Absolutely this. When somebody is this misbehaved I think you have to send a strong message.


----------



## csbutler

Movingshrub said:


> Unfortunately, no HOA for my neighborhood. My neighbor had a tree growing out of her boat at one point.


If you live inside the city limits atleast you have code enforcement. I'm out here in the county and of course my hoa doesn't want to be active. Basically counting down the days till it hits the fan.


----------



## Movingshrub

@csbutler , oddly enough someone else did call code enforcement on my neighbor. She had a box trailer, a motorcycle trailer, and the boat with the tree in it, plus overgrown grass in the front.
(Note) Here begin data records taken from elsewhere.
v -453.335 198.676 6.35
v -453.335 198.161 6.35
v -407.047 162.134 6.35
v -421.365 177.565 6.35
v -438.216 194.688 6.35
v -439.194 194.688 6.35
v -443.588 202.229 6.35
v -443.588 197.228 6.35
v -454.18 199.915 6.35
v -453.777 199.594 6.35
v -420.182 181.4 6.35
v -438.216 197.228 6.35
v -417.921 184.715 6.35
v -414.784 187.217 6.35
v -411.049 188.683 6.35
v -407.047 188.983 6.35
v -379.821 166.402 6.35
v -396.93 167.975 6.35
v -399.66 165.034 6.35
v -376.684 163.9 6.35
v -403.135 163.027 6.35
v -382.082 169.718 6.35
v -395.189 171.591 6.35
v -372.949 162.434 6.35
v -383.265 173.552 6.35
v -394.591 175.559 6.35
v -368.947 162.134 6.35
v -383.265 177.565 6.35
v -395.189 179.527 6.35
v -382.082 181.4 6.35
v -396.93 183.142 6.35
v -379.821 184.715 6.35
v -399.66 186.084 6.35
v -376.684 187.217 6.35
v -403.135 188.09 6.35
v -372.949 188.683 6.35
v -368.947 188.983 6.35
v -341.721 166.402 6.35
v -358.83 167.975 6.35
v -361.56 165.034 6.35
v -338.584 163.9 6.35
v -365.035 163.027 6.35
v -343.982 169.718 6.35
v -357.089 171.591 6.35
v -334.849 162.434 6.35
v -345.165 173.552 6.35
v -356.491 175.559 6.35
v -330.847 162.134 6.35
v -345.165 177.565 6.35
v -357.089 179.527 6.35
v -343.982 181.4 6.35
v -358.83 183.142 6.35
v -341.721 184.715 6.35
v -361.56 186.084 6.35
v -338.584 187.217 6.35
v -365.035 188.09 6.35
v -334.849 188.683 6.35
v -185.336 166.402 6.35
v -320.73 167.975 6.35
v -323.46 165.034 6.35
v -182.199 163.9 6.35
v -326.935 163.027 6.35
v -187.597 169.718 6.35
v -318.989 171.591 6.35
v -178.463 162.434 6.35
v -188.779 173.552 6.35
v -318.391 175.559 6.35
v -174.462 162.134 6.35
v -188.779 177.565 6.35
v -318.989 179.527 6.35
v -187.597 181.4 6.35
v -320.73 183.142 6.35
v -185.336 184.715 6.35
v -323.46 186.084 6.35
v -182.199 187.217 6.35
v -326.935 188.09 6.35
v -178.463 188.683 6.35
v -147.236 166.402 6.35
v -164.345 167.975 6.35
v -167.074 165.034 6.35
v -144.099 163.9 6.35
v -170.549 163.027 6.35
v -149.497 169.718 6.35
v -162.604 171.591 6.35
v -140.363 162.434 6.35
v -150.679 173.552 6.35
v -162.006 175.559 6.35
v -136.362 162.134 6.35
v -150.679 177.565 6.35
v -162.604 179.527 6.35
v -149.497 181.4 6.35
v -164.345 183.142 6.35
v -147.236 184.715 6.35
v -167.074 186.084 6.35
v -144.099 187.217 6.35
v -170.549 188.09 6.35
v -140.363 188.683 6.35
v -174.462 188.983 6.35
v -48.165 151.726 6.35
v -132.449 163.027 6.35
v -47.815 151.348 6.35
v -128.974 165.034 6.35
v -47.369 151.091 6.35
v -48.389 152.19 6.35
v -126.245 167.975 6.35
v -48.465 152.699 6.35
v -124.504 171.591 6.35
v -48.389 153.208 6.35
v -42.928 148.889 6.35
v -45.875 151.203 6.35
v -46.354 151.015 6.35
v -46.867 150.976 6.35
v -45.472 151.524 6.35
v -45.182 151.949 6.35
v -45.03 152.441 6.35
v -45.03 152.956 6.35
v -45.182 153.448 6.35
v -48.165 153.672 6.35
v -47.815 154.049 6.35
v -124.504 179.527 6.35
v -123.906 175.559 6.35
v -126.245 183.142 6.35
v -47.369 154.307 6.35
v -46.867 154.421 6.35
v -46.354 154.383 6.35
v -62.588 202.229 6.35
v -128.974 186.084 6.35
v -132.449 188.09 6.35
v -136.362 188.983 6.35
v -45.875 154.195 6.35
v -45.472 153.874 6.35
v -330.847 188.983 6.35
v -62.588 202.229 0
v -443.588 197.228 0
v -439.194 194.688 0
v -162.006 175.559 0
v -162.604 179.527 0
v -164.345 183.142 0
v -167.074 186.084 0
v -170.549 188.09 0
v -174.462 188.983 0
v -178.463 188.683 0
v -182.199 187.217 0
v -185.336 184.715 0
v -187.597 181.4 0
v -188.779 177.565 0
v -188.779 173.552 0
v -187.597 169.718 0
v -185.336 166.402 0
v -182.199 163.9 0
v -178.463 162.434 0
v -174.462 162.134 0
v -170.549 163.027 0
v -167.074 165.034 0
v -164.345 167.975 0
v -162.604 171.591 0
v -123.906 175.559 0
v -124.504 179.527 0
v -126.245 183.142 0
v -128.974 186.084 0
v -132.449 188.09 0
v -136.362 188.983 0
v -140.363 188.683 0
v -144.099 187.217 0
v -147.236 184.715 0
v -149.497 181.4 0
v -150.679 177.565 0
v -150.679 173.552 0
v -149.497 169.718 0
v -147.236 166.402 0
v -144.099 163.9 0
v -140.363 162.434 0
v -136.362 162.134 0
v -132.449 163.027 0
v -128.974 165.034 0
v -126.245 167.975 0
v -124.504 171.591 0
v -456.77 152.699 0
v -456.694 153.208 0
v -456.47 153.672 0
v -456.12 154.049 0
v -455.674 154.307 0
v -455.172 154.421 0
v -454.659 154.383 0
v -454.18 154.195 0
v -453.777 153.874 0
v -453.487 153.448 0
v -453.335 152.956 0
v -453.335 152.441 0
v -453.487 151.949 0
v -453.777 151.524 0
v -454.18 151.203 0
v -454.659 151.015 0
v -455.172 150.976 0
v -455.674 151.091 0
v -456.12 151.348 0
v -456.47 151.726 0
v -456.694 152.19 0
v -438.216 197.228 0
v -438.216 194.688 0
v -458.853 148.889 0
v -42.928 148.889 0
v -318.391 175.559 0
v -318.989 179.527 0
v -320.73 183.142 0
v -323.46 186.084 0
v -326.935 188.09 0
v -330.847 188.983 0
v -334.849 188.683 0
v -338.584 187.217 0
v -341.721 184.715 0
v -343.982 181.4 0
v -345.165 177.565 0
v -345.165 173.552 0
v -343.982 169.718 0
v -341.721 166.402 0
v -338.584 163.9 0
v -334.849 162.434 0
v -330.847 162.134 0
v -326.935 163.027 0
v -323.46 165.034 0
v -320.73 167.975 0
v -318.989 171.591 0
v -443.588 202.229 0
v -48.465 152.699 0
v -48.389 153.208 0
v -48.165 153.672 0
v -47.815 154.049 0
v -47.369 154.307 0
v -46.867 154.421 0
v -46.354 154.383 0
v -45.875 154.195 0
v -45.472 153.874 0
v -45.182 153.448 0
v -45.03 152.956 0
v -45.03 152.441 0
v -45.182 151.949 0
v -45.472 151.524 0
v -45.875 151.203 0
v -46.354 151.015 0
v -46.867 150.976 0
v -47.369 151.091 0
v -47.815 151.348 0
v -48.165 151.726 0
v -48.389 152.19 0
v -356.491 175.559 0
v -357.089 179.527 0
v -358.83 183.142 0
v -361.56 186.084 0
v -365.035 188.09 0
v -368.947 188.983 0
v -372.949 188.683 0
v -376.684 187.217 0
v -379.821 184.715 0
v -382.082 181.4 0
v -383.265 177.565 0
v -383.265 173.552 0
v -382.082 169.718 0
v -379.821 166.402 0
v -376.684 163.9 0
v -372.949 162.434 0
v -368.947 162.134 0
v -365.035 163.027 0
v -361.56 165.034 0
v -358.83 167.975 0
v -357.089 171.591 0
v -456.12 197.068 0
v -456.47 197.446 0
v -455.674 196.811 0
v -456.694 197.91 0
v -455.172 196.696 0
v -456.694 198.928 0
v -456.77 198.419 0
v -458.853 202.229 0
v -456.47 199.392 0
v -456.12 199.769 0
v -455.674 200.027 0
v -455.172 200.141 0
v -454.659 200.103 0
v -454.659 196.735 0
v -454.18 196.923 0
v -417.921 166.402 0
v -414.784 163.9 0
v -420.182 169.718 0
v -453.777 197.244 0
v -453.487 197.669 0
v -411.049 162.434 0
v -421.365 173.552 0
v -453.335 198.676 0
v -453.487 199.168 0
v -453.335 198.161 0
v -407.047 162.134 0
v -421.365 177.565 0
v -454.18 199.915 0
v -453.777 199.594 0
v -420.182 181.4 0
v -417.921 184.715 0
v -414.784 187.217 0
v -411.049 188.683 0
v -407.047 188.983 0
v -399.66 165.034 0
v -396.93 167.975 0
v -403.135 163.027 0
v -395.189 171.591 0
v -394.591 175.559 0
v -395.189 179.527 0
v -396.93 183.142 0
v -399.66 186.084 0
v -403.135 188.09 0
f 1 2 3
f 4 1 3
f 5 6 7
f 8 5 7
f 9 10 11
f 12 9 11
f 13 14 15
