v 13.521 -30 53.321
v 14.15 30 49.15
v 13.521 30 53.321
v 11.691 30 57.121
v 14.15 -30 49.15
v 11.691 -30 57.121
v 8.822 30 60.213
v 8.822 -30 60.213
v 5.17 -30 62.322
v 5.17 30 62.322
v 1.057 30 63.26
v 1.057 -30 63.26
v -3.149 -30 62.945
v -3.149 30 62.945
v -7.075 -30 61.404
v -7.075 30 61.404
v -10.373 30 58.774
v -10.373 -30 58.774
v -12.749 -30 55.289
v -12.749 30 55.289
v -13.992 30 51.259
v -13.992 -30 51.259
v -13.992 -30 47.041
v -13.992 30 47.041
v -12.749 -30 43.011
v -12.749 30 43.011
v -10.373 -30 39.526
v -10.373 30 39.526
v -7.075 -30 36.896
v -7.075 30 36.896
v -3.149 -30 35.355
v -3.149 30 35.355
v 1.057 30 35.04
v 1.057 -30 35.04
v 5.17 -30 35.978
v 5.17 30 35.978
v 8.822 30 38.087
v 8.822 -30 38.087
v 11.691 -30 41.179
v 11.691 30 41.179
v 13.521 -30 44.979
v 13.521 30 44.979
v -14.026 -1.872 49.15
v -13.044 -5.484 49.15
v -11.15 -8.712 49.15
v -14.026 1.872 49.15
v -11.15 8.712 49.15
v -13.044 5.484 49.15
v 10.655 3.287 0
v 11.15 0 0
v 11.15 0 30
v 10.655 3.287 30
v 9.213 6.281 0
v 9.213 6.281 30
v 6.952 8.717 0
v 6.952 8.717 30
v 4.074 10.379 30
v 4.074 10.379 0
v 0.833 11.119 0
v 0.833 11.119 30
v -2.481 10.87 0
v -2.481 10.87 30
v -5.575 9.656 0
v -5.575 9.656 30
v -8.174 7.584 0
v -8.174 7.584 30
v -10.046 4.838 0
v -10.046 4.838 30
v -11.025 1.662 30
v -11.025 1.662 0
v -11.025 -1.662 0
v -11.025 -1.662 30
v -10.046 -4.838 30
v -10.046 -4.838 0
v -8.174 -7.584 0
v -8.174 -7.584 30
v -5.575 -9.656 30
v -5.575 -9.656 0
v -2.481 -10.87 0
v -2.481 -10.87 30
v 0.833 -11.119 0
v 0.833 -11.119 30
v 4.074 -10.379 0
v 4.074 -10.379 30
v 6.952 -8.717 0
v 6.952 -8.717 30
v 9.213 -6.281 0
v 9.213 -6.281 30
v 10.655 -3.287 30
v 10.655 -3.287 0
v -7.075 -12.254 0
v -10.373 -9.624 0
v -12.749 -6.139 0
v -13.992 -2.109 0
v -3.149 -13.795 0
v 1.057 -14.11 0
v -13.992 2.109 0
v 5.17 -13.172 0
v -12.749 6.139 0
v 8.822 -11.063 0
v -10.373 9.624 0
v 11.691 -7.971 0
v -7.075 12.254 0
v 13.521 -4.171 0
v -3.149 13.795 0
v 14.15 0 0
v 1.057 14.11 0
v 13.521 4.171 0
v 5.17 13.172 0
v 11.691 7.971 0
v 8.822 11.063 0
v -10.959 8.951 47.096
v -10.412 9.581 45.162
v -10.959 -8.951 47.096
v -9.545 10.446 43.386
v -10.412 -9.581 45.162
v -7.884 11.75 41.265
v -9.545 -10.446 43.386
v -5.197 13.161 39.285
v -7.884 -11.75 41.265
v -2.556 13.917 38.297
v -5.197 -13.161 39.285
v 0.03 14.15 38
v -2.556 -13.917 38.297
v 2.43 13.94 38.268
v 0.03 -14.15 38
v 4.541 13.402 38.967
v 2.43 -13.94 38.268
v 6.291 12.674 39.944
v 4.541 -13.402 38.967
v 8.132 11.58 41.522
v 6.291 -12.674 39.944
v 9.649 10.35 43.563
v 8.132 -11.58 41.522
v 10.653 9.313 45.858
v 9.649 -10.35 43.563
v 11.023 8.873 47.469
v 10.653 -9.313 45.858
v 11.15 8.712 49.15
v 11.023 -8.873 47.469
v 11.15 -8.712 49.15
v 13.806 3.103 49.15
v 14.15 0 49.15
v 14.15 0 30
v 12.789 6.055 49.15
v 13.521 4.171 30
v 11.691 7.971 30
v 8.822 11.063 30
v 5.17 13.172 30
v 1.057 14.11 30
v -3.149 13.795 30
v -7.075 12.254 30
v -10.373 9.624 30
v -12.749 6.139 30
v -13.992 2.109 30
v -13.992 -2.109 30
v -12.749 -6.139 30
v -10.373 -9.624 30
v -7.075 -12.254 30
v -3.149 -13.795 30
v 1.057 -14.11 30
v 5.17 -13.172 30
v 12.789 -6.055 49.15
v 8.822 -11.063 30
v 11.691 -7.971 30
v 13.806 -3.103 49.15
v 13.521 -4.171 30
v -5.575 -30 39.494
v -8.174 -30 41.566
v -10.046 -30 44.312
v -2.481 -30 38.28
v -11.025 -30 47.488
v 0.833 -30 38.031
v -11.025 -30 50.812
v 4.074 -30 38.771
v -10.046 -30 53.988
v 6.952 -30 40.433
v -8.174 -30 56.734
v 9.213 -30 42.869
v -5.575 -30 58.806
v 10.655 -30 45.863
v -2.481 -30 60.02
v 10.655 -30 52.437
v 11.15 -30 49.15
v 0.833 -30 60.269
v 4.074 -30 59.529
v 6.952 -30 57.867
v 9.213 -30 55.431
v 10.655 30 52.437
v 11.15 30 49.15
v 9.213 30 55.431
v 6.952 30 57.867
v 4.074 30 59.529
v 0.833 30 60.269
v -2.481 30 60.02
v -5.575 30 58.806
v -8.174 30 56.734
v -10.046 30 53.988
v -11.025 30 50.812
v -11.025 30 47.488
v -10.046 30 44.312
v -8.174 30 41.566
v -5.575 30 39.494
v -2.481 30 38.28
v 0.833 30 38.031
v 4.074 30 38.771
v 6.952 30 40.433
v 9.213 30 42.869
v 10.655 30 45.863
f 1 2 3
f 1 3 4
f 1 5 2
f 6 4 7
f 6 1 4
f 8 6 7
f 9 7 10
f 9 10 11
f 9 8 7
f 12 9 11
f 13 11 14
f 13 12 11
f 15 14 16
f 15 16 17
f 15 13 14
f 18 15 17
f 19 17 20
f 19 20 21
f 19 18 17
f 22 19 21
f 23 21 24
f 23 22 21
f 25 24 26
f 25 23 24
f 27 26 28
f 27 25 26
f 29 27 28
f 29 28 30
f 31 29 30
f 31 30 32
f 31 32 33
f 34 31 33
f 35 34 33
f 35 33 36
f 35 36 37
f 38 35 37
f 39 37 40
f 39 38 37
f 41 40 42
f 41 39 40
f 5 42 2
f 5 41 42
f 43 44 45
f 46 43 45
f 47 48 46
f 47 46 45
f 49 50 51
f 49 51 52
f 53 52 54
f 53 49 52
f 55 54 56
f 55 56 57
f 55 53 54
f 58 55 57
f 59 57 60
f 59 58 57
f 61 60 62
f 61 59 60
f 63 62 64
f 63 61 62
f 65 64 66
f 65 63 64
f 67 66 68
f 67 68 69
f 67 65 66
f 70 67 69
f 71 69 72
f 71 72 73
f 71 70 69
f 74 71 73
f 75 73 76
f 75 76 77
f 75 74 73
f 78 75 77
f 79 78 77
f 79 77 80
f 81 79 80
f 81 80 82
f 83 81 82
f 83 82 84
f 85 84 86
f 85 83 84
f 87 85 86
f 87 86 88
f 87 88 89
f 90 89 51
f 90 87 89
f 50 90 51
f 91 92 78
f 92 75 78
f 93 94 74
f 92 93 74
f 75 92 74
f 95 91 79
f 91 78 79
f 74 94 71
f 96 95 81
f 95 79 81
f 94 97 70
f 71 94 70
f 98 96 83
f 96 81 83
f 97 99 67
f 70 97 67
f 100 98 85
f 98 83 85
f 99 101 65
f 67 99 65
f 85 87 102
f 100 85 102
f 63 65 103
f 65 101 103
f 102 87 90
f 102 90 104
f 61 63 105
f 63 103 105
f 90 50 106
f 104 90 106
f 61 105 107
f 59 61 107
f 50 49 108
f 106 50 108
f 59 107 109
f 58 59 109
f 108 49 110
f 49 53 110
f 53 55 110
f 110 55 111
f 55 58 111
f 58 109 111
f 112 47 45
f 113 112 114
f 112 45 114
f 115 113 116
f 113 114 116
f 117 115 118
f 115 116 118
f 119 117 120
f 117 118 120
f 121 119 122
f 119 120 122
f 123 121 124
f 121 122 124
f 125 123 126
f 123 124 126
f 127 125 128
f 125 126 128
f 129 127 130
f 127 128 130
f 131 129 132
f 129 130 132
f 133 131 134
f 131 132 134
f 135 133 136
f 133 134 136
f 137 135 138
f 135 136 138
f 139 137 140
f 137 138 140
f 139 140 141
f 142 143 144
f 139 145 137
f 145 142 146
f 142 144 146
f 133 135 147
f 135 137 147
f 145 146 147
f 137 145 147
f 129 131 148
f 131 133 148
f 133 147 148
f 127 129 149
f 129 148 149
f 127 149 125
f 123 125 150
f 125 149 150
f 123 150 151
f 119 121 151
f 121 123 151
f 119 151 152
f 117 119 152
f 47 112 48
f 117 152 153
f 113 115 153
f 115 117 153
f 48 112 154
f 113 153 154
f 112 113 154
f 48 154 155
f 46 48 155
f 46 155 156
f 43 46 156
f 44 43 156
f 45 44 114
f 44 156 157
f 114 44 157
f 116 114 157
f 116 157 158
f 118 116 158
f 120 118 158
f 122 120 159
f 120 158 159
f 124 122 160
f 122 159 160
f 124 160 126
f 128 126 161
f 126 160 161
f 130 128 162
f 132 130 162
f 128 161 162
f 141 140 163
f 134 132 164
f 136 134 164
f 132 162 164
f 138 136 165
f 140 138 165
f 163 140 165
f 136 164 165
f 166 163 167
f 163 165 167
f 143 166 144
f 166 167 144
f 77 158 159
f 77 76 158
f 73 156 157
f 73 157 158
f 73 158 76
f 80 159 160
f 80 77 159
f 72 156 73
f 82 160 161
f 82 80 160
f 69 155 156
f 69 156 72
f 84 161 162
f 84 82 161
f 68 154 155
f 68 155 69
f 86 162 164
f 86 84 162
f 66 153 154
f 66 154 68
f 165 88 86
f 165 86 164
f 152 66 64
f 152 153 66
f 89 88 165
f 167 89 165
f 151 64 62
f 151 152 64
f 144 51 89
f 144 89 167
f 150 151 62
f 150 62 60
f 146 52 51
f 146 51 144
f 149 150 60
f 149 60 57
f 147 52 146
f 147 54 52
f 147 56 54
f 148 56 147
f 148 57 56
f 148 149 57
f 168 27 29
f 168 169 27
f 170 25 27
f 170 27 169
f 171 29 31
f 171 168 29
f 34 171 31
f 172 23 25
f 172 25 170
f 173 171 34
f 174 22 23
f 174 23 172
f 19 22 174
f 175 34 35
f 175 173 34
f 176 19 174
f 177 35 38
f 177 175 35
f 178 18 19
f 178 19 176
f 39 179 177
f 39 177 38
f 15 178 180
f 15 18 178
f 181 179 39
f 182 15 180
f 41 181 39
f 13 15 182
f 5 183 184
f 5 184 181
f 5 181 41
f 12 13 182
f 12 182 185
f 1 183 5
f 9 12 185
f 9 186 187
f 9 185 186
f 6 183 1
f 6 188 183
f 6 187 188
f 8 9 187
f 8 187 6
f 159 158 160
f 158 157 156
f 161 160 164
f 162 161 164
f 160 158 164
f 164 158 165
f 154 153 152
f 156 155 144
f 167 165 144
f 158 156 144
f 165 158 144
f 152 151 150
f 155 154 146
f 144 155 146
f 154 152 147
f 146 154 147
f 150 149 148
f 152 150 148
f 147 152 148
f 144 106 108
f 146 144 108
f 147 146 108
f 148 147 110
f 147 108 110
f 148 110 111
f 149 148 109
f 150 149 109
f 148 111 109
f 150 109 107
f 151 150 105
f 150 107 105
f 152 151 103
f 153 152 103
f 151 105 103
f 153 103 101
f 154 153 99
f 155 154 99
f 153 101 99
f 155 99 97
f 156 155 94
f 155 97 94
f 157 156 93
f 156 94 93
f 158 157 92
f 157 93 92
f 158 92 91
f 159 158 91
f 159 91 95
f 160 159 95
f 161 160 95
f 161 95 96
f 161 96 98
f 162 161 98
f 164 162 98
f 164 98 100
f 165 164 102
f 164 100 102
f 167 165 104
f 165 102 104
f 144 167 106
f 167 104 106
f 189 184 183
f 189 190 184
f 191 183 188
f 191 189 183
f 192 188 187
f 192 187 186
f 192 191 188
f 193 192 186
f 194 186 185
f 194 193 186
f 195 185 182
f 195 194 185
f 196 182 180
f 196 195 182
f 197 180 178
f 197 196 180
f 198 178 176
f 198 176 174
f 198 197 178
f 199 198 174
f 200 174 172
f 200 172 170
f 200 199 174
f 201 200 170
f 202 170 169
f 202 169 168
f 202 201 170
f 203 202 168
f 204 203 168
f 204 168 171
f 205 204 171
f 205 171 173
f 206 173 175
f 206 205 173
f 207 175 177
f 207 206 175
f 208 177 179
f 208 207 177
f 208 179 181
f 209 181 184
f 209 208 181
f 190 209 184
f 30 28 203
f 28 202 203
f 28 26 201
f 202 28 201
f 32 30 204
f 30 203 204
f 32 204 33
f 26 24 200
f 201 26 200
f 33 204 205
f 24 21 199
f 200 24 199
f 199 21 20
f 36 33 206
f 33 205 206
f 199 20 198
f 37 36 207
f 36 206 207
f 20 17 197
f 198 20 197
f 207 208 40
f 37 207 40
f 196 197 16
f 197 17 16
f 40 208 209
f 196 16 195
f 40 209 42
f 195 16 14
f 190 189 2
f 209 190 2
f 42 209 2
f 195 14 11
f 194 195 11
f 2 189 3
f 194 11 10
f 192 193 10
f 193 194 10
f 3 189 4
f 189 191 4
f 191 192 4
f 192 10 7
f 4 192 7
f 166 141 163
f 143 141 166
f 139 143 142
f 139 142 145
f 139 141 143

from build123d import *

# Parameters (mm, degrees)
F0_R     = 14.15
F0_R_2   = 11.15
F1_DEPTH = 30
F2_R     = 14.15
F2_R_2   = 11.15
F3_DEPTH = 30
F4_R     = 14.15
F5_DEPTH = 19.15
F6_R     = 11.15
F7_DEPTH = 60


with BuildPart() as f1:
    # F0 (on Top) → F1 (new body)
    with BuildSketch(Plane.XY):
        Circle(F0_R)
        Circle(F0_R_2, mode=Mode.SUBTRACT)
    extrude(amount=F1_DEPTH)


with BuildPart() as f3:
    # F2 (on Front) → F3 (new body, symmetric)
    with BuildSketch(Plane.XZ):
        with Locations((0, 49.15)):
            Circle(F2_R)
        with Locations((0, 49.15)):
            Circle(F2_R_2, mode=Mode.SUBTRACT)
    extrude(amount=F3_DEPTH, both=True)


with BuildPart() as f5:
    # F4 (on face) → F5 (new body)
    with BuildSketch(Plane.XY.offset(30)):
        Circle(F4_R)
    extrude(amount=F5_DEPTH)

    # F6 (on face) → F7 (cut)
    with BuildSketch(Plane.XZ.offset(30)):
        with Locations((0, 49.15)):
            Circle(F6_R)
    extrude(amount=-F7_DEPTH, mode=Mode.SUBTRACT)


solid = Compound([f1.part, f3.part, f5.part])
Previously it was all hidden until I started removing trees. She sold all of the aforementioned items and occasionally cuts the grass now.


----------



## WBrown999

Movingshrub said:


> My neighbor had a tree growing out of her boat at one point.


I thought boats belonged in a harbor, not an arbor.


----------



## SCGrassMan

WBrown999 said:


> Movingshrub said:
> 
> 
> 
> My neighbor had a tree growing out of her boat at one point.
> 
> 
> 
> I thought boats belonged in a harbor, not an arbor.
Click to expand...

Sailing the Seven Trees?


----------



## WBrown999

SCGrassMan said:


> WBrown999 said:
> 
> 
> 
> 
> 
> Movingshrub said:
> 
> 
> 
> My neighbor had a tree growing out of her boat at one point.
> 
> 
> 
> I thought boats belonged in a harbor, not an arbor.
> 
> Click to expand...
> 
> Sailing the Seven Trees?
Click to expand...

Shiver me timbers.


----------



## SCGrassMan

<facepalm>


----------



## balistek

Im a Psychiatric nurse practitioner. Trust me I know all bout crazy Deal with that crap all day long. Sounds very manipulative. I wouldn't try to rationalize or bargain with her. Build that fence high. Get documentation of the property lines. If she is a frequent user of emergency services, I'm sure she is well known to be not quite right. Sorry to hear about your neighbor.

Best of luck,

Ron


----------



## WBrown999

balistek said:


> Build that fence high.


All joking aside, I think Ron is spot-on here. She has put you in a very difficult position, and the best option is to sever ties.


----------



## TigerinFL

Here are a few pics of what I am dealing with. The last pic is of my side yard so you can see we do keep it pretty nice looking. I just lowered the blade to 1 1/8th yesterday so it was the first scalping.


----------



## TigerinFL

so today I contacted the Florida Department of Agriculture since they are the department that handles this kind of thing here. they sent me a form to fill out but our conversation over the phone ended up saying since no one actually saw her doing it, there wasn't a whole they could actually do. they don't even take soil samples to figure out what is going on.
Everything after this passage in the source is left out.